Finite field extensions are useful in the construction of BCH codes which are codes over the finite fields of order q=pn which are extensions of the fields of order p where p is prime. These finite fields known as Galois fields GF(p) are extended to GF(q) by adding roots of polynomials that are irreducible (non-factorable) over GF(p).

Wikipedia: BCH_code

Where else in CS does the concept of extension fields arise ? A fundamental appearance in some subject would be more interesting than an occurence in some proof, but if it is used frequently in a common proof stategy then such a proof strategy would also be an interesting answer here.

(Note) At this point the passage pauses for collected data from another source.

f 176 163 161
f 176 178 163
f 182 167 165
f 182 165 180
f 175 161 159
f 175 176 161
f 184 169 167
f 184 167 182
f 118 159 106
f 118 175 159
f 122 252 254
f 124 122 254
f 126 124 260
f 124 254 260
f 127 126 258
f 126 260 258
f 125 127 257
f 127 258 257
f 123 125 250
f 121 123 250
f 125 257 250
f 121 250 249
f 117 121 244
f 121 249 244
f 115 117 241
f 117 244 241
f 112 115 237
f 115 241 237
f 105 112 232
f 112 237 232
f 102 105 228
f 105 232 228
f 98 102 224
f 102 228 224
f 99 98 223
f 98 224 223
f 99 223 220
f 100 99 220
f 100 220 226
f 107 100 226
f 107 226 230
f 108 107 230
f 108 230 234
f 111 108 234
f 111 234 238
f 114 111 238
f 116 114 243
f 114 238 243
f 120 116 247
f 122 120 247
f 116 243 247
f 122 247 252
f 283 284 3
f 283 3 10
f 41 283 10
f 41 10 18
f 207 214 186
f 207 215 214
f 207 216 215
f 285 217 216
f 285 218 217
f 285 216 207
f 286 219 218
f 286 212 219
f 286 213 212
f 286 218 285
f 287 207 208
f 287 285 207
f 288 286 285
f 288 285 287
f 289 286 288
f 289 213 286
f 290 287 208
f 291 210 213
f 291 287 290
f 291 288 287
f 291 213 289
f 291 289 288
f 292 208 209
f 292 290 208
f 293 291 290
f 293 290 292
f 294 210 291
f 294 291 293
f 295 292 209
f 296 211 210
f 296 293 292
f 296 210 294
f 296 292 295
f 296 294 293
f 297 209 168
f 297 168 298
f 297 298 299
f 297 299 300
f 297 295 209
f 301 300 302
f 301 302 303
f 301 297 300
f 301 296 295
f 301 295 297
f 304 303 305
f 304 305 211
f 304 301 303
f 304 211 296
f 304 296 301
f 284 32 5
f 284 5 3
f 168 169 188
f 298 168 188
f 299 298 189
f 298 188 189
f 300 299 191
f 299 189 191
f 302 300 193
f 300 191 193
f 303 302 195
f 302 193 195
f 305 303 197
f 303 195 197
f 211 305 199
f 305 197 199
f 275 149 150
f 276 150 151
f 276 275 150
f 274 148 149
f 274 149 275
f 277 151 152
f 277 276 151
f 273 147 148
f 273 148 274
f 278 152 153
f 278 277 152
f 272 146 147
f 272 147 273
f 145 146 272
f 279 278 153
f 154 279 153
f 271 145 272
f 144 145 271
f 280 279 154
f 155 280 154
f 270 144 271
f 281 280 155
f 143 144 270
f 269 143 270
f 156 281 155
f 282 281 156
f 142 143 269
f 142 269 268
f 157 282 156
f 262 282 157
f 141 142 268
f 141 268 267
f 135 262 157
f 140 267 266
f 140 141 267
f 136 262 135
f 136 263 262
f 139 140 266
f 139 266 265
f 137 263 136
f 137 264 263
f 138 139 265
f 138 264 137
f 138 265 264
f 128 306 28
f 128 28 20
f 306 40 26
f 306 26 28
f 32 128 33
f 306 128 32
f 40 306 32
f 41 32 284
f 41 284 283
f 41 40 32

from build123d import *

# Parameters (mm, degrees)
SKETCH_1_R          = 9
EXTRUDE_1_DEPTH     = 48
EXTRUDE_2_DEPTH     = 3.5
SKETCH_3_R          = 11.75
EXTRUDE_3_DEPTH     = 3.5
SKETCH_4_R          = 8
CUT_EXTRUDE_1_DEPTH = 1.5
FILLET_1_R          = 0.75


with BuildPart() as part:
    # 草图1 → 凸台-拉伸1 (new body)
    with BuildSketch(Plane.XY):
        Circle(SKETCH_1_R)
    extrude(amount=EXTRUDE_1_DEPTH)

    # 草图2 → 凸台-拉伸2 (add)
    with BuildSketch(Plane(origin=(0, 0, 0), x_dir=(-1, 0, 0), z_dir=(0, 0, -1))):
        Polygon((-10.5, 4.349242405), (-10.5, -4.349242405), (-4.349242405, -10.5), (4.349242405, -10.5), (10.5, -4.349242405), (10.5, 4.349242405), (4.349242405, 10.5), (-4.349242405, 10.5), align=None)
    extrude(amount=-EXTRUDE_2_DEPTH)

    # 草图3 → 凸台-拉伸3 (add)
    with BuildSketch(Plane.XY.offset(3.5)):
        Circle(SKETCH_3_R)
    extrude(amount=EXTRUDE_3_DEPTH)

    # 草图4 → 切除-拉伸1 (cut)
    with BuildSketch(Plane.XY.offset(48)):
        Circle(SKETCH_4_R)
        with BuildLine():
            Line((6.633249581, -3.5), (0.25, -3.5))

• While the question is clear to the one familiar with algebra, maybe add some definitions will help. And, the question is a little broad; what kind of results count as "using the concept of field extensions"? In proofs? Please provide additional backgrounds so the one who is familiar with this topic can give you the answers in an useful way. Nov 27 '10 at 17:42

I used field extensions (and Tarksi's transfer principle) to prove lower bounds for linear degeneracy problems. Using a field extension of the reals with formal infinitesimals simplified the construction of adversarial inputs. (But see also Ailon and Chazelle's followup paper, which generalized my result without using field extensions.)

More generally, in the algebraic decision tree model (with real coefficients), the complexity of any problem with real inputs is identical to the complexity of the same problem where the inputs are drawn from any real closed field that contains the reals.

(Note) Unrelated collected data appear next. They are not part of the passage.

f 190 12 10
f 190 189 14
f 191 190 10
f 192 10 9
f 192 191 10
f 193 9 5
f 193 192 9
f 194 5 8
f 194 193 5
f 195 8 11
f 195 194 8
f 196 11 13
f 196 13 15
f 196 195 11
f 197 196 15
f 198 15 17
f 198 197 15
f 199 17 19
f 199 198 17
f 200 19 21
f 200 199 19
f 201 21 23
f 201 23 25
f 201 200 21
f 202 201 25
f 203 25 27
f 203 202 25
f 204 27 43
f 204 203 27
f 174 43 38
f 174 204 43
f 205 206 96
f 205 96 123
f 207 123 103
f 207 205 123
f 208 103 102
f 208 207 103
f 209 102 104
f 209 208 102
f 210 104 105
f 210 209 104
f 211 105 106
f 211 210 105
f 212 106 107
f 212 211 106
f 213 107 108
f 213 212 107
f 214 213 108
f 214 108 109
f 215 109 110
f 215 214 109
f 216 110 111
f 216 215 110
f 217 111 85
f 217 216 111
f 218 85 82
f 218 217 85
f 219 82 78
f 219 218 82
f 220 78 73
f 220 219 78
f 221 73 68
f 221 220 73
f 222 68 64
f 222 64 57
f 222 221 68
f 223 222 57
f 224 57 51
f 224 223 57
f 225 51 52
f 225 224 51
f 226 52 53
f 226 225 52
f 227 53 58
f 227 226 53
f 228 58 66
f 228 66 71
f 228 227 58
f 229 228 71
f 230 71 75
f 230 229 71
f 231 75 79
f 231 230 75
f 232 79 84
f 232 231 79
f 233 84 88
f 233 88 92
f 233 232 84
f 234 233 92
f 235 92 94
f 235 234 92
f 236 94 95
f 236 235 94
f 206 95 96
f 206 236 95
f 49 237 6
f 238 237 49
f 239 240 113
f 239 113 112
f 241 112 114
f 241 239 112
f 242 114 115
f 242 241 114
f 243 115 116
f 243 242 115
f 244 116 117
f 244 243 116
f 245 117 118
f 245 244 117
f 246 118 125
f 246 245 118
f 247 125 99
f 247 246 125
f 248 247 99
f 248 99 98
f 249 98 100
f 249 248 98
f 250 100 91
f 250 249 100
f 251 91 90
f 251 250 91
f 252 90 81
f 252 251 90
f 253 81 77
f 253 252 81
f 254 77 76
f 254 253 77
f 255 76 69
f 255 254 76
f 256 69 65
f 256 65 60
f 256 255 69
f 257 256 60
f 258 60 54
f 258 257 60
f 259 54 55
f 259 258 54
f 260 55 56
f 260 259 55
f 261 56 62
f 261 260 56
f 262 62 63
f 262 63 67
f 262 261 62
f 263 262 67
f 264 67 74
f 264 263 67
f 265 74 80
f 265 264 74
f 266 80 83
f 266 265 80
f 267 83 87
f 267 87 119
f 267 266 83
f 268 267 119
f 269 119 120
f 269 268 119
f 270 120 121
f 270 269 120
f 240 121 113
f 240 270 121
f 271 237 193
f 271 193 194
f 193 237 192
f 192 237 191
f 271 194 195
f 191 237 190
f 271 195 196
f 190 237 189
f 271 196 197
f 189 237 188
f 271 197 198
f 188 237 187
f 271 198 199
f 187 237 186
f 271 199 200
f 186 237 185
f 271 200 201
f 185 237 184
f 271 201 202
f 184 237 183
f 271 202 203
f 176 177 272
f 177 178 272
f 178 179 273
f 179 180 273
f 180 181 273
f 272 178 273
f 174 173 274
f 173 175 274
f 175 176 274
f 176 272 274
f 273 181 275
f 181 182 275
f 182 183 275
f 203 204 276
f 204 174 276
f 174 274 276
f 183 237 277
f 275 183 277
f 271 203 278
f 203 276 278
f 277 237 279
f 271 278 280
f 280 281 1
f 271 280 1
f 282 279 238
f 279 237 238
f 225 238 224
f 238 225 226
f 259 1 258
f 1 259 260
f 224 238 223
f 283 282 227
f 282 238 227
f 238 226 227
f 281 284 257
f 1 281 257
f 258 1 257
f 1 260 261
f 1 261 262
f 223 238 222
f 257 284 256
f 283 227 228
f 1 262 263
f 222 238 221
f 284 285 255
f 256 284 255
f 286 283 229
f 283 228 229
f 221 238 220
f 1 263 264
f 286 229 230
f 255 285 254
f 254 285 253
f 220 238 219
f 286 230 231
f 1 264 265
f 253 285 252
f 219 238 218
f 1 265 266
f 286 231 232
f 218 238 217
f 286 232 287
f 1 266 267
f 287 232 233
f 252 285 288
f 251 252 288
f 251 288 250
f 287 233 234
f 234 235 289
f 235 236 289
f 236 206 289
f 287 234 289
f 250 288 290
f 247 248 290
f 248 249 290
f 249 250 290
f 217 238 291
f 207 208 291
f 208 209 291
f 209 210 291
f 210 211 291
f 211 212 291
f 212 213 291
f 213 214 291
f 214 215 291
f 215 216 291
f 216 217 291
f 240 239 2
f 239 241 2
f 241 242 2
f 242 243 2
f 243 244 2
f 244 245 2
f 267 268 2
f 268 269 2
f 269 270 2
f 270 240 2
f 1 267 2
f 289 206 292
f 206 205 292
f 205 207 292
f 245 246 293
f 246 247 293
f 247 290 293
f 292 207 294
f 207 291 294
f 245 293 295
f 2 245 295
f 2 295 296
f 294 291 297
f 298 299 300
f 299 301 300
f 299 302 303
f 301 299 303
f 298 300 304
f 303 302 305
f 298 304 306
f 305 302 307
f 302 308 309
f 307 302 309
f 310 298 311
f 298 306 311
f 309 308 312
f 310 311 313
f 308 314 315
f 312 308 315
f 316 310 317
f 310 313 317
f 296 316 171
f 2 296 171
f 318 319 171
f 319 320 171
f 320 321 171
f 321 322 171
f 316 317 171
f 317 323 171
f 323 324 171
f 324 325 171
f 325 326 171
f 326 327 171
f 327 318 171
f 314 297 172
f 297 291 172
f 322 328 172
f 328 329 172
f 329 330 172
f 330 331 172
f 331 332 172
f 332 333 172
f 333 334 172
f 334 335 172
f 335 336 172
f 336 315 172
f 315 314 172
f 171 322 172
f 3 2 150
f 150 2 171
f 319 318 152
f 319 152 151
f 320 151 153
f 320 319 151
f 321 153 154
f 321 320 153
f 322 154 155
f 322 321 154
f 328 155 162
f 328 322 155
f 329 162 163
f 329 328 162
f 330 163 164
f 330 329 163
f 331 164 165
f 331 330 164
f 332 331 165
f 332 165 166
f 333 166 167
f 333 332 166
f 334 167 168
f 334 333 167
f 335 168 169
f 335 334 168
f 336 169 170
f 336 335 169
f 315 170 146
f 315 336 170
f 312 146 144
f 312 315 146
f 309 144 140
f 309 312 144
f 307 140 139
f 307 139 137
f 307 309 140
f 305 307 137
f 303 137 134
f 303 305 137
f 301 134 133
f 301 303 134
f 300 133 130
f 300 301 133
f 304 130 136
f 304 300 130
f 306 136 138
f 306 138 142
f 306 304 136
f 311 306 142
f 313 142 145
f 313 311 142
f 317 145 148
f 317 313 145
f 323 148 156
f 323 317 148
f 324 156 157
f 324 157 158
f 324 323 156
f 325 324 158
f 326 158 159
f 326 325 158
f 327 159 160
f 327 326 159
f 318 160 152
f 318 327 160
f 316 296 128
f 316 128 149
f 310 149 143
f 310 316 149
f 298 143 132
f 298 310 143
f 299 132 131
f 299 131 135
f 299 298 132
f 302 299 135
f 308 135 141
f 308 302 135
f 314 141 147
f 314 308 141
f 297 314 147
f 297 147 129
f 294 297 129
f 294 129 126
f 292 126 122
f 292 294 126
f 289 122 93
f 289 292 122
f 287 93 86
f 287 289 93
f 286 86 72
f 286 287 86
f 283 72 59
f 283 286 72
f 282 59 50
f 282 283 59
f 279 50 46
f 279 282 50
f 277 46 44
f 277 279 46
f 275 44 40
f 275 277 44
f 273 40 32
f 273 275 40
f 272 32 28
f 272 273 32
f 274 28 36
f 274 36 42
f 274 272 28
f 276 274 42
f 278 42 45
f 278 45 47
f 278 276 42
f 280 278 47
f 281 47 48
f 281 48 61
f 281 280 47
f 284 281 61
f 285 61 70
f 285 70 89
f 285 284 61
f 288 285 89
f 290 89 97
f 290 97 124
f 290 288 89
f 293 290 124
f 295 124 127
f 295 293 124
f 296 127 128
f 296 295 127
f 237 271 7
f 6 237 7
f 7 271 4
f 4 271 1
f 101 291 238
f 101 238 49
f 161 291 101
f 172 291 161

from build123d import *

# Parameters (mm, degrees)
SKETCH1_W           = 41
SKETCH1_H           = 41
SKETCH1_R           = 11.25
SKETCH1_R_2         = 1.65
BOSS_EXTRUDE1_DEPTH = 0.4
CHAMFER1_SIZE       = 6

In a paper with Ran Raz on randomness-efficient low degree testing we used sub-fields/field extensions.

The problem (which I once described on this website) is to find a small collection of constant-dimensional affine subspaces of a space $F^m$ (F is a finite field, m is a natural number) such that the proximity (in Hamming distance) of any function $f:F^m\rightarrow F$ to low degree polynomial is approximately the same as the average proximity over the subspaces.

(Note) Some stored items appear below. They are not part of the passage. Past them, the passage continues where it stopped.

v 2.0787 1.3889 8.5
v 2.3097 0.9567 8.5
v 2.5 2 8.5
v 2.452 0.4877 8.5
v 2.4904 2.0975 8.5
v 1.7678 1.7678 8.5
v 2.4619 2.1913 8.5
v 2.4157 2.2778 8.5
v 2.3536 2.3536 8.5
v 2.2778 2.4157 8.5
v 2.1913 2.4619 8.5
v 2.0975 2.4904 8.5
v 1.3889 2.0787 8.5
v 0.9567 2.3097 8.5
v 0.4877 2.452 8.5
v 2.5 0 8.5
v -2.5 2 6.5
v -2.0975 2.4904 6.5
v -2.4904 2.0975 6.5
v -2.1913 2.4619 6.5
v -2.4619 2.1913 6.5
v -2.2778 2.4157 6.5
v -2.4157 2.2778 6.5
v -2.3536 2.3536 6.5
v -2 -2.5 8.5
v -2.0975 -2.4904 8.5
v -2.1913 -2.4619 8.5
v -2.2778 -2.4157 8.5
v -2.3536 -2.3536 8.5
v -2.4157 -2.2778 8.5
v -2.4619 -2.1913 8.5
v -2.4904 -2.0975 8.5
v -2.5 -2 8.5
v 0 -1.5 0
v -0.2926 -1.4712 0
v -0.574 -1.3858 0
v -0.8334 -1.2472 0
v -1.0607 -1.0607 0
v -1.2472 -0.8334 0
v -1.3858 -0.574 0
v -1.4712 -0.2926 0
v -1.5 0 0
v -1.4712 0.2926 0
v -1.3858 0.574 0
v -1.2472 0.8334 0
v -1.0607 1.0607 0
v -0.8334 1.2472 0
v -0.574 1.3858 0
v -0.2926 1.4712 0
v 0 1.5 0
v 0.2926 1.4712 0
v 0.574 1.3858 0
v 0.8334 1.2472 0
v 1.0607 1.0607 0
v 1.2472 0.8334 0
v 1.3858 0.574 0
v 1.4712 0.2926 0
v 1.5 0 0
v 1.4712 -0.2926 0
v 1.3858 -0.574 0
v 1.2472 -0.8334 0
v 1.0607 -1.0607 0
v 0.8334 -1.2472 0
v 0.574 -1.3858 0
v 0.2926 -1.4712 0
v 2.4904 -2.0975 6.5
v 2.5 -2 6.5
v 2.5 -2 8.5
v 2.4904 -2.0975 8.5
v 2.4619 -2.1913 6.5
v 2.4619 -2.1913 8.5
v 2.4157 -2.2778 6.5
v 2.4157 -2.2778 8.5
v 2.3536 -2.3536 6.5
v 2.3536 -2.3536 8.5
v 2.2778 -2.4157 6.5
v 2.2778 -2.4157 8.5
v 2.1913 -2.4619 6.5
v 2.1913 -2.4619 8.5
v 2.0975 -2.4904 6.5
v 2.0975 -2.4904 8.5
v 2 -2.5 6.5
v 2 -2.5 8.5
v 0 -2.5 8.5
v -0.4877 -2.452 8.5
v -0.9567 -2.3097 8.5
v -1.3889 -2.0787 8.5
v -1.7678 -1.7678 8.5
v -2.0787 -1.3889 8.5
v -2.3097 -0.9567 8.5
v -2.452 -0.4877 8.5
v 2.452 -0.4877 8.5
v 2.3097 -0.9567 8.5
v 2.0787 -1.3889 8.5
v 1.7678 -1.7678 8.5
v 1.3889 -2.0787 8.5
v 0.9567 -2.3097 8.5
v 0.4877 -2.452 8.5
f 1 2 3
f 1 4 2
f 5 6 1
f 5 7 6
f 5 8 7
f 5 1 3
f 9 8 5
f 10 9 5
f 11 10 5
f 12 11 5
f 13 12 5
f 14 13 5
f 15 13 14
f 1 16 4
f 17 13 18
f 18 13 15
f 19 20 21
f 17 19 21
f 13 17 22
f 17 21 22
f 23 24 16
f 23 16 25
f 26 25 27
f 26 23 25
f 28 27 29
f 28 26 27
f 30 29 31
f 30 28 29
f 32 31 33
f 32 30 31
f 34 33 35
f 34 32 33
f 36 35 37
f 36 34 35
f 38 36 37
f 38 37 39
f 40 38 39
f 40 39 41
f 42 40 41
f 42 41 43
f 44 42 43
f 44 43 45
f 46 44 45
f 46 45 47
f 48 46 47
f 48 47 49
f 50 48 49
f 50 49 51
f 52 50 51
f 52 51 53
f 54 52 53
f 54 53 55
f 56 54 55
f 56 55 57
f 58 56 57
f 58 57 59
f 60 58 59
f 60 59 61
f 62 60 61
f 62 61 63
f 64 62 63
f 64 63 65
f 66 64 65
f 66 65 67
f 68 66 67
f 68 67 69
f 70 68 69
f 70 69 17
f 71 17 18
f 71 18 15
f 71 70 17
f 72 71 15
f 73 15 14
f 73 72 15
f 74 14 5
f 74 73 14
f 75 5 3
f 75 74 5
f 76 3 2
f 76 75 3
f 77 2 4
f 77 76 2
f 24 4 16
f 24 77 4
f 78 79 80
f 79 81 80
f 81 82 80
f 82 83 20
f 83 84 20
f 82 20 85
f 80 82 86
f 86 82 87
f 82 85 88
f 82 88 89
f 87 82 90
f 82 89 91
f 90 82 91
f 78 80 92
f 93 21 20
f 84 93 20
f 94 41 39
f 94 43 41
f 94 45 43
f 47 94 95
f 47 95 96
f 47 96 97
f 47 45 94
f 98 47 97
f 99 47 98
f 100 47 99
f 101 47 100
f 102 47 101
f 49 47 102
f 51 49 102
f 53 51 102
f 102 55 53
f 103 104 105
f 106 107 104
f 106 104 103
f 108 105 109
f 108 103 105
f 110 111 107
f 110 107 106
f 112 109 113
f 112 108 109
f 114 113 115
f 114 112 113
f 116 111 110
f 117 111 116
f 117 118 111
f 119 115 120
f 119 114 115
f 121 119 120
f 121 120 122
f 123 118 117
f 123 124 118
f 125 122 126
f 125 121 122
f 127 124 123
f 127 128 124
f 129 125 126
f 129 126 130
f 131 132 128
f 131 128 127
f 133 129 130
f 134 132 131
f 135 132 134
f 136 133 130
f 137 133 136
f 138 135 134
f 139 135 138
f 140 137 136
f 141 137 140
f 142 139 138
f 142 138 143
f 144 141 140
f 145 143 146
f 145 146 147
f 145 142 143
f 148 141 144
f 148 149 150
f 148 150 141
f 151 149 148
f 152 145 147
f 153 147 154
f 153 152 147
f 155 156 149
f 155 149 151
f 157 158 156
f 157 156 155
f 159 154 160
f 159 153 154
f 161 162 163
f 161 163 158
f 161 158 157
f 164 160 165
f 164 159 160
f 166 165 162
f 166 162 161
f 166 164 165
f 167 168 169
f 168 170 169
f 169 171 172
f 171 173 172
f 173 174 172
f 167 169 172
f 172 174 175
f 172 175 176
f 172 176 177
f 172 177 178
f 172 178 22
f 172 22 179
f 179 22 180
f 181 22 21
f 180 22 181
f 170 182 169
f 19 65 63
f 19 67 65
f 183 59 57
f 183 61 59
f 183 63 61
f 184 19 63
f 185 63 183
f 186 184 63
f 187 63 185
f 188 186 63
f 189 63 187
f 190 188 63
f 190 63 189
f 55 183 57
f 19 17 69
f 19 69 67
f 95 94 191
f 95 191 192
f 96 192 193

Our collection of subspaces was planes that are spanned by directions over a sub-field H of F. That is, subspaces of the form $\{x+ty+sz | t,s\in F\}$, where $x \in F^m$, $y,z\in H^m$.

For a small sub-field $|H|=|F|^{o(1)}$, this is a very small collection, its size is $|F^m|^{1+o(1)}$.

Yet, this collection has the following property we needed: Inside each subspace that is spanned by vectors over a sub-field, there are many smaller dimensional subspaces that are spanned by vectors over the sub-field. This is because of the sub-field property: the linear combinations over the sub-field of the spanning directions are over the sub-field. Note that small random collections of directions don't have this property: two vectors in the collection span a vector in the collection with very small probability.

Here's a simple example of a situation where we need the notion of a field extension. Consider the problem of polynomial identity testing in the blackbox setting. That is, given a blackbox which evaluates a polynomial $p$ over a field $\mathbb{F}$, we want to know whether $p$ is the zero polynomial or not. But note that if the degree of $p$ is not less than the characteristic of the field $\mathbb{F}$, it could be that $p$ evaluates to $0$ over the entire field without actually being the zero polynomial. For instance, $p(x) = x^2 + x$ over $\mathbb{F}_2$ is not the zero polynomial, yet $p(0) = p(1) = 0$. Thus, if we feed in elements of $\mathbb{F}$ to the blackbox, we'd never be able to distinguish $p$ from the zero polynomial. The way to get around this problem is to feed into the blackbox elements from a large enough field extension of $\mathbb{F}$.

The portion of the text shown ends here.